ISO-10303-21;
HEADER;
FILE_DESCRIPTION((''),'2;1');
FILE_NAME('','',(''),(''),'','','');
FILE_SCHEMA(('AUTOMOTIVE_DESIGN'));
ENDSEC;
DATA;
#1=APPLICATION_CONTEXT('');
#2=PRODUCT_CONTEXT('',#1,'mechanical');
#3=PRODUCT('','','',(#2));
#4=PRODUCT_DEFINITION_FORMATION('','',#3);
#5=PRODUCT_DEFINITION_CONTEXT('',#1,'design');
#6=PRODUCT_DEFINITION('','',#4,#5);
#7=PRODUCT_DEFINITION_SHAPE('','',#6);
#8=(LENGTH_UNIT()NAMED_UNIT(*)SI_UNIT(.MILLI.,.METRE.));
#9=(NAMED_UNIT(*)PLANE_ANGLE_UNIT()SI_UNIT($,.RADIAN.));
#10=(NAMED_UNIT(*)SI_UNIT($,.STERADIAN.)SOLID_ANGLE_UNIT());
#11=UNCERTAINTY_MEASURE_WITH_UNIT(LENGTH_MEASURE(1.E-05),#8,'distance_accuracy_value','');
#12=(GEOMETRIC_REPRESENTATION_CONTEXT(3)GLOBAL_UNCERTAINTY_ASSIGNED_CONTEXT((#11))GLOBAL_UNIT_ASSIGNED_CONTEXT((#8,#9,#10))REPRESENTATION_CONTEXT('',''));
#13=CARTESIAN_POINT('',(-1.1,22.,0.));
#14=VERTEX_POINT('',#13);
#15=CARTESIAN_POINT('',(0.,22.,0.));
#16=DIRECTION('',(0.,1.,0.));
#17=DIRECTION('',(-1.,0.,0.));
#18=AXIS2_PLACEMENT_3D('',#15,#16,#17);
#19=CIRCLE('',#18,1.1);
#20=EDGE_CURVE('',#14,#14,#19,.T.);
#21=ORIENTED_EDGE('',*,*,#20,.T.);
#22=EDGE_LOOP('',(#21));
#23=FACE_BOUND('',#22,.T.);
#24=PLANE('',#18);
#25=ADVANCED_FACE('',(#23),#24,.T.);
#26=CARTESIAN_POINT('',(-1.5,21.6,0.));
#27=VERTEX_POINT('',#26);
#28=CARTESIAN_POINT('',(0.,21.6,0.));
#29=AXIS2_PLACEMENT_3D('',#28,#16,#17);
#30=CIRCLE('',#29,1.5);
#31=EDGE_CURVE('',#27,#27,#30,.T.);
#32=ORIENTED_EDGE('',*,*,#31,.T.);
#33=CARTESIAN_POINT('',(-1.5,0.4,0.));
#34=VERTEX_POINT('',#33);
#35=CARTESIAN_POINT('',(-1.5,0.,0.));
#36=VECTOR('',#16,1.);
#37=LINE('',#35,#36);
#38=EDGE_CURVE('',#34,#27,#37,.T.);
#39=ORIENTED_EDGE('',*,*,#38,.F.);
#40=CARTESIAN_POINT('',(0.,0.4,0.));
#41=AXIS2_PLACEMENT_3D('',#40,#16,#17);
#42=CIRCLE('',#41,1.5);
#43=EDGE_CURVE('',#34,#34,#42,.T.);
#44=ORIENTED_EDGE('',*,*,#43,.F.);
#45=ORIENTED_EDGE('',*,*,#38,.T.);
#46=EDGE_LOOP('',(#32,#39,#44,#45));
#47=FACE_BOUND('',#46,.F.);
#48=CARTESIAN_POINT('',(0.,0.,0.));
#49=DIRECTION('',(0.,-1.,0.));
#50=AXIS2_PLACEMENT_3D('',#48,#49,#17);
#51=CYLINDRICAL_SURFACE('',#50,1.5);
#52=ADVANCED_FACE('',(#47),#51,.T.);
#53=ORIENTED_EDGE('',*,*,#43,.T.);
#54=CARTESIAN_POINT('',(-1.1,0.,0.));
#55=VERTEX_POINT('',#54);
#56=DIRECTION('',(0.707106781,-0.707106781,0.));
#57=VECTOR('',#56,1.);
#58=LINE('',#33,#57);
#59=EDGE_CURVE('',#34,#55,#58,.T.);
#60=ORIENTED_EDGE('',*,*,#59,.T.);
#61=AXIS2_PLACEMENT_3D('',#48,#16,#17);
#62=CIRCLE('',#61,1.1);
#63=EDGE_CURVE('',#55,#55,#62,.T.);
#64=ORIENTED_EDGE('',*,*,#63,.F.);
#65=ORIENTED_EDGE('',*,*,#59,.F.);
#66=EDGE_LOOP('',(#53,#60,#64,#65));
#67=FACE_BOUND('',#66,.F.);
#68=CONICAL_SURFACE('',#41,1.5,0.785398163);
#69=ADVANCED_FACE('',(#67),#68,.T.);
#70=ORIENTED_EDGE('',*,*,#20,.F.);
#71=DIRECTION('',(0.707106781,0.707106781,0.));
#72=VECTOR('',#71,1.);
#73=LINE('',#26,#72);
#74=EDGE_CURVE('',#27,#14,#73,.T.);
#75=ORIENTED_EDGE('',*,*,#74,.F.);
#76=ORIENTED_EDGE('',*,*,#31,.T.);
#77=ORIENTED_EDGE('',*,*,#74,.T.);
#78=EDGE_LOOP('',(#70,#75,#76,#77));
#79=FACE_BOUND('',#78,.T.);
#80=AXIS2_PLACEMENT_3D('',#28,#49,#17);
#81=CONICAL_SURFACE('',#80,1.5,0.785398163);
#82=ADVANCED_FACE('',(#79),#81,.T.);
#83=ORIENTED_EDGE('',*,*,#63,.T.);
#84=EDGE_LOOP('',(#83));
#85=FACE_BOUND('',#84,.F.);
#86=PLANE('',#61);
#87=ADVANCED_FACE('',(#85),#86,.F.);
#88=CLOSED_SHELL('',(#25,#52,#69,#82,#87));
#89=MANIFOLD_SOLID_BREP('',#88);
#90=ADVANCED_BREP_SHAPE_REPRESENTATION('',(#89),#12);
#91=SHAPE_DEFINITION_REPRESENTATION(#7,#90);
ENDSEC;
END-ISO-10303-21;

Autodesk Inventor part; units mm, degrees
ref_plane "YZ Plane" through (0, 0, 0) normal (1, 0, 0) x (0, 1, 0)
ref_plane "XZ Plane" through (0, 0, 0) normal (0, 1, 0) x (-1, 0, 0)
ref_plane "XY Plane" through (0, 0, 0) normal (0, 0, 1) x (1, 0, 0)
sketch "Sketch1" plane through (0, 0, 0) normal (0, 1, 0) x (-1, 0, 0)
  circle A0 centre (0, 0) radius 1.5
  dimension "d0" = 3
extrude "Extrusion1" add sketch "Sketch1" along normal blind 22
chamfer "Chamfer1" distance 0.4 angle 45 2 edges at (1.5, 22, 0) (1.5, 0, 0)
properties part number "pin_3_22"
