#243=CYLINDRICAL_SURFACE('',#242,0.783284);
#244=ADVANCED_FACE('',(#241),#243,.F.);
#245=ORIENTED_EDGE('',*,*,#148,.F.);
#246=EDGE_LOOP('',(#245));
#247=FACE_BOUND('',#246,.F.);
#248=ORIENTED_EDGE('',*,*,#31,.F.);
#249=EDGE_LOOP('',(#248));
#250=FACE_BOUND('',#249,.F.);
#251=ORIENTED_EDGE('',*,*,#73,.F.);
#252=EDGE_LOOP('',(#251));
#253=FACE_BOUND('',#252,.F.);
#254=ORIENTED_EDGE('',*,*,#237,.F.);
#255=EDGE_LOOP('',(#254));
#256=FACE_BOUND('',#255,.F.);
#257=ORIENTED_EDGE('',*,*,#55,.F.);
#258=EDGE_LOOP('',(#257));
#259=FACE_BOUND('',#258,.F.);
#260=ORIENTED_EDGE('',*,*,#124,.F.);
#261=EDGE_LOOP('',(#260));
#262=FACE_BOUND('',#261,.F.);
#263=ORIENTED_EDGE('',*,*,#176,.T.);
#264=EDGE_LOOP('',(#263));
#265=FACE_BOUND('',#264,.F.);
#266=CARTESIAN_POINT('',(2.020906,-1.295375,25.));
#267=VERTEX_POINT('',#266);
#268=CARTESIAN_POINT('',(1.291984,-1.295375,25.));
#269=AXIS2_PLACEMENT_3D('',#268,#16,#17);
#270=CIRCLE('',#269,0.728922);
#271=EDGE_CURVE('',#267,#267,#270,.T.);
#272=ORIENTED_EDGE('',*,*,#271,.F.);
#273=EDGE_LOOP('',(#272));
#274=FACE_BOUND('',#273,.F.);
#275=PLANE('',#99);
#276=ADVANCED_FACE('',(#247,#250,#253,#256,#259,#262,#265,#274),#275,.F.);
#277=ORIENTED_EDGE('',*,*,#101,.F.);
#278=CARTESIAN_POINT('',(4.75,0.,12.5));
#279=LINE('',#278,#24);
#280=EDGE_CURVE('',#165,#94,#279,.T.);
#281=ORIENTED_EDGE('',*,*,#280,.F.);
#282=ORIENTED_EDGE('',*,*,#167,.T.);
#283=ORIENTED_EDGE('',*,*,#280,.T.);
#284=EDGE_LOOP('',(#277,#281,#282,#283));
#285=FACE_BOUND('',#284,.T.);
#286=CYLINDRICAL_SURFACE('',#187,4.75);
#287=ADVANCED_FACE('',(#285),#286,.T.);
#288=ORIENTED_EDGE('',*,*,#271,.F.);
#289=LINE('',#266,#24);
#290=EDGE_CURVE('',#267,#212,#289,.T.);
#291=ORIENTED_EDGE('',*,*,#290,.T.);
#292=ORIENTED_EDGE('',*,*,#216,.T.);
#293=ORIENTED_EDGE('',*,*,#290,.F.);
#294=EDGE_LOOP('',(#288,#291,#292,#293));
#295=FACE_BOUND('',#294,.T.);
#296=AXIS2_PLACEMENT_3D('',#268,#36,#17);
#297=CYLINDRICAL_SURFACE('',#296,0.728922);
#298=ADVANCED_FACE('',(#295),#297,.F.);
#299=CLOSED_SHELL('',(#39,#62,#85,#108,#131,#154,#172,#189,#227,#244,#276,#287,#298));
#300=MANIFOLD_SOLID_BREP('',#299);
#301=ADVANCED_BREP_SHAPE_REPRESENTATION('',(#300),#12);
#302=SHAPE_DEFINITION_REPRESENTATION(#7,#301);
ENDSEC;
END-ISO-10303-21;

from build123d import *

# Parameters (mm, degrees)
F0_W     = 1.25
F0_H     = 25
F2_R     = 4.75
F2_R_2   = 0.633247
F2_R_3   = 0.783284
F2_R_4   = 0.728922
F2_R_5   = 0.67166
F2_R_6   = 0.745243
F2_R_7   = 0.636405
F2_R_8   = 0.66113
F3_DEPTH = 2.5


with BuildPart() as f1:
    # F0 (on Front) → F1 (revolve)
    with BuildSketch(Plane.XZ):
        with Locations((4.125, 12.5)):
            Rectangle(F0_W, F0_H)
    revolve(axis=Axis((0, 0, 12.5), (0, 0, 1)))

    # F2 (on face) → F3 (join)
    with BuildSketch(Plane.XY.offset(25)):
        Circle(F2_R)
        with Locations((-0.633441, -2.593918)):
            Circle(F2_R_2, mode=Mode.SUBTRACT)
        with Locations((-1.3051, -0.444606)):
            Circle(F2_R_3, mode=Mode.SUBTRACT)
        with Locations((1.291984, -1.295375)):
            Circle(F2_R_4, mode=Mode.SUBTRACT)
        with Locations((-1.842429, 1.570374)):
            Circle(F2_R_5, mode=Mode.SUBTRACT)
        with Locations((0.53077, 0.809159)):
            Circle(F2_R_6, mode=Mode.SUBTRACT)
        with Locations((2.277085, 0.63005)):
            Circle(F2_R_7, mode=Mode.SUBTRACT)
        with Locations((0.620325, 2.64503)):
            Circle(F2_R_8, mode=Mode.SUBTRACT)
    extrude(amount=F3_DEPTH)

****

Your objective: When you reach the line containing "revolve(axis=Axis((0, 0, 12.5), (0, 0, 1)))" in the data above, retype it and each line after it through the final one, exactly as written.

Exercise answer:
    revolve(axis=Axis((0, 0, 12.5), (0, 0, 1)))

    # F2 (on face) → F3 (join)
    with BuildSketch(Plane.XY.offset(25)):
        Circle(F2_R)
        with Locations((-0.633441, -2.593918)):
            Circle(F2_R_2, mode=Mode.SUBTRACT)
        with Locations((-1.3051, -0.444606)):
            Circle(F2_R_3, mode=Mode.SUBTRACT)
        with Locations((1.291984, -1.295375)):
            Circle(F2_R_4, mode=Mode.SUBTRACT)
        with Locations((-1.842429, 1.570374)):
            Circle(F2_R_5, mode=Mode.SUBTRACT)
        with Locations((0.53077, 0.809159)):
            Circle(F2_R_6, mode=Mode.SUBTRACT)
        with Locations((2.277085, 0.63005)):
            Circle(F2_R_7, mode=Mode.SUBTRACT)
        with Locations((0.620325, 2.64503)):
            Circle(F2_R_8, mode=Mode.SUBTRACT)
    extrude(amount=F3_DEPTH)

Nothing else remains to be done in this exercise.